**Task description:** Having located "#121=AXIS2_PLACEMENT_3D('',#13,#64,#41);" in the records below, repeat exactly the line it is on and all subsequent lines, ending with the last.

(Collected data)
^^^^^^^^
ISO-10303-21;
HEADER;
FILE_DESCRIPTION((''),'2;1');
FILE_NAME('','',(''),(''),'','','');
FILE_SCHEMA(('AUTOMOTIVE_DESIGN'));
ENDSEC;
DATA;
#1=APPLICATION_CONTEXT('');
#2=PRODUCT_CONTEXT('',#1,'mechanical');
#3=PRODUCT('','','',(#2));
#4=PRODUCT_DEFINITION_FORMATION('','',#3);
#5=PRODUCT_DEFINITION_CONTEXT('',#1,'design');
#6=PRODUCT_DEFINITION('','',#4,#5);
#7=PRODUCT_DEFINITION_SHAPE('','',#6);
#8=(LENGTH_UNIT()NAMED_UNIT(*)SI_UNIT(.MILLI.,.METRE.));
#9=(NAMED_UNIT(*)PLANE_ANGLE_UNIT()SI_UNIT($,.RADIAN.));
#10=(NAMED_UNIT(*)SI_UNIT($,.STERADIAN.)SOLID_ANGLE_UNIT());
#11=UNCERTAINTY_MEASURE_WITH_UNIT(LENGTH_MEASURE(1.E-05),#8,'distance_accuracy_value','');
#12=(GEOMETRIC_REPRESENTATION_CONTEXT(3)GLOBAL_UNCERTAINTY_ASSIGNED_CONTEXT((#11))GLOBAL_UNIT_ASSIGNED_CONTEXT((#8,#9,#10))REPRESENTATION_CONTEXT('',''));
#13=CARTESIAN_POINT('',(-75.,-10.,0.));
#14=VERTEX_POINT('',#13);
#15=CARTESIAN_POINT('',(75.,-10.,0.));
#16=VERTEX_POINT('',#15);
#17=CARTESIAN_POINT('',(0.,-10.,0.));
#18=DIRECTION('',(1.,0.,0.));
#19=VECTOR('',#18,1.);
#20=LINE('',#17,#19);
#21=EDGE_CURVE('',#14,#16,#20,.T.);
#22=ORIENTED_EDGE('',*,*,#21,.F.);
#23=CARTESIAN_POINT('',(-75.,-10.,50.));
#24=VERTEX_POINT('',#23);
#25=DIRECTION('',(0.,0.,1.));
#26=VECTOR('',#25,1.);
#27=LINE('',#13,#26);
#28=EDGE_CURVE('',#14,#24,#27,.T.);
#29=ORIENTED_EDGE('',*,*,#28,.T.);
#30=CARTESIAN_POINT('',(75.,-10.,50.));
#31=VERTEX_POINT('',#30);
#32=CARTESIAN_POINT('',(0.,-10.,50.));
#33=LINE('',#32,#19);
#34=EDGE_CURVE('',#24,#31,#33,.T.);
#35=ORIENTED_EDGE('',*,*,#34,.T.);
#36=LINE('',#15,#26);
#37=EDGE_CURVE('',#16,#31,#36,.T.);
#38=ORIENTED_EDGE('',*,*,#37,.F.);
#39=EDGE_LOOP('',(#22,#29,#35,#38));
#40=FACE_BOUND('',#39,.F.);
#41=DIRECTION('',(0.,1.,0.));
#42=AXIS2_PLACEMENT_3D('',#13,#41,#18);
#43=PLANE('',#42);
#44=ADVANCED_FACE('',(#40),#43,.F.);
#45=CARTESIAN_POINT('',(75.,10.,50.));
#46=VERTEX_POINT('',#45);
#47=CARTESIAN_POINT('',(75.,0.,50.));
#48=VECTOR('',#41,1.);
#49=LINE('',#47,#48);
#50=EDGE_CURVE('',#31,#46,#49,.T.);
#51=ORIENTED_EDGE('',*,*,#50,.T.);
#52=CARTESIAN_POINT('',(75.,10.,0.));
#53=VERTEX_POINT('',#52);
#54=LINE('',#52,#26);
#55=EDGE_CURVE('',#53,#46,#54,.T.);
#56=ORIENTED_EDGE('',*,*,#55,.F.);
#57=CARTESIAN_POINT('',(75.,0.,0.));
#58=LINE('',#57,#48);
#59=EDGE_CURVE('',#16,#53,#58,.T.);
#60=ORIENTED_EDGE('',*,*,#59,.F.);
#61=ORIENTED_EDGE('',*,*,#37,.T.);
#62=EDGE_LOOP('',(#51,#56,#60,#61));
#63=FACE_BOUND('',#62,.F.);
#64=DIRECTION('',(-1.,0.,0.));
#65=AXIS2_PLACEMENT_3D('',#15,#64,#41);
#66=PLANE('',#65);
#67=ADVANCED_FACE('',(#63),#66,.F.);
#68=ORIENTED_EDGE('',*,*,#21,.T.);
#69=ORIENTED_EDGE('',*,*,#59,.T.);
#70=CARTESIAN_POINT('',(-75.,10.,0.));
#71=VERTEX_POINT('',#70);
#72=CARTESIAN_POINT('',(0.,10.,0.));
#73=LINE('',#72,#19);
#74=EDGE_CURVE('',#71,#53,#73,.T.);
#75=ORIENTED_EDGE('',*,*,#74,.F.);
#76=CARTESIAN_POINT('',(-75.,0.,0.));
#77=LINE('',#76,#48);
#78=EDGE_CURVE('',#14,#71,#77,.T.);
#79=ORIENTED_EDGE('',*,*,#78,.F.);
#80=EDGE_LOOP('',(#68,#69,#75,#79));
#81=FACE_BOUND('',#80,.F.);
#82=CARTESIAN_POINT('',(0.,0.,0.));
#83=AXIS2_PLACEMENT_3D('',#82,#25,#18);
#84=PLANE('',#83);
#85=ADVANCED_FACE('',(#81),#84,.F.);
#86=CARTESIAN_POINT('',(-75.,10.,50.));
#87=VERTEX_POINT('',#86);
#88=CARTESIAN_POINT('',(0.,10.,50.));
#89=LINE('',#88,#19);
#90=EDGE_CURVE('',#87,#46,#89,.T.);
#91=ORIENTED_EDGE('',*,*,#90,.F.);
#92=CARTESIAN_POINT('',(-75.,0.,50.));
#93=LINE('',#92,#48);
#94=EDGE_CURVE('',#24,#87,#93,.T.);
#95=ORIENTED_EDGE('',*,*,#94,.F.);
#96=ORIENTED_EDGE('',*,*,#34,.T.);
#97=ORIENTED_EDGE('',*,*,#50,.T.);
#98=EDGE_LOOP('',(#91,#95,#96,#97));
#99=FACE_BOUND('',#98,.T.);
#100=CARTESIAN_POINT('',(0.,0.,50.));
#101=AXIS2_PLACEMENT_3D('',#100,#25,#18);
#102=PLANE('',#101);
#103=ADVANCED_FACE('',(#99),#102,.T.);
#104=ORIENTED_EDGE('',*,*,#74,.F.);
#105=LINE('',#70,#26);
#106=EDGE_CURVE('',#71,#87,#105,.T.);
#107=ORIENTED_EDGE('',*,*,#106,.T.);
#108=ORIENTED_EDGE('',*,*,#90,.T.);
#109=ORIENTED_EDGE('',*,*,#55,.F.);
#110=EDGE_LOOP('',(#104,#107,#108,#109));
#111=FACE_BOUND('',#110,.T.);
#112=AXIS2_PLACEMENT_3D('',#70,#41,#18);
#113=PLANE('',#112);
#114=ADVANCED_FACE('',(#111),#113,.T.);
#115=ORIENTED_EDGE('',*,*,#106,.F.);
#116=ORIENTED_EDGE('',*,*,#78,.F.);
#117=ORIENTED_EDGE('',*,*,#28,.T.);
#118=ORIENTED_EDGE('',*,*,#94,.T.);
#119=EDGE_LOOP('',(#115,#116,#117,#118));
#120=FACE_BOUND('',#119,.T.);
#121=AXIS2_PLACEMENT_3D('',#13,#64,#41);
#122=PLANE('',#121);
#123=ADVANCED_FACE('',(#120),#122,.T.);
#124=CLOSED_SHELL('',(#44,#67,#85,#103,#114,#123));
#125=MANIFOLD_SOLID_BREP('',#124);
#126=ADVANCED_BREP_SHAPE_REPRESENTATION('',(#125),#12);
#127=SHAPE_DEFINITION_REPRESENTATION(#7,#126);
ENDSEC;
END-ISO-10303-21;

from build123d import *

# Parameters (mm, degrees)
SKETCH_W      = 150
SKETCH_H      = 20
EXTRUDE_DEPTH = 50


with BuildPart() as part:
    # Sketch → Extrude (new body)
    with BuildSketch(Plane.XY):
        Rectangle(SKETCH_W, SKETCH_H)
    extrude(amount=EXTRUDE_DEPTH)


solid = part.part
^^^^^^^^
**Answer section:**
#121=AXIS2_PLACEMENT_3D('',#13,#64,#41);
#122=PLANE('',#121);
#123=ADVANCED_FACE('',(#120),#122,.T.);
#124=CLOSED_SHELL('',(#44,#67,#85,#103,#114,#123));
#125=MANIFOLD_SOLID_BREP('',#124);
#126=ADVANCED_BREP_SHAPE_REPRESENTATION('',(#125),#12);
#127=SHAPE_DEFINITION_REPRESENTATION(#7,#126);
ENDSEC;
END-ISO-10303-21;

from build123d import *

# Parameters (mm, degrees)
SKETCH_W      = 150
SKETCH_H      = 20
EXTRUDE_DEPTH = 50


with BuildPart() as part:
    # Sketch → Extrude (new body)
    with BuildSketch(Plane.XY):
        Rectangle(SKETCH_W, SKETCH_H)
    extrude(amount=EXTRUDE_DEPTH)


solid = part.part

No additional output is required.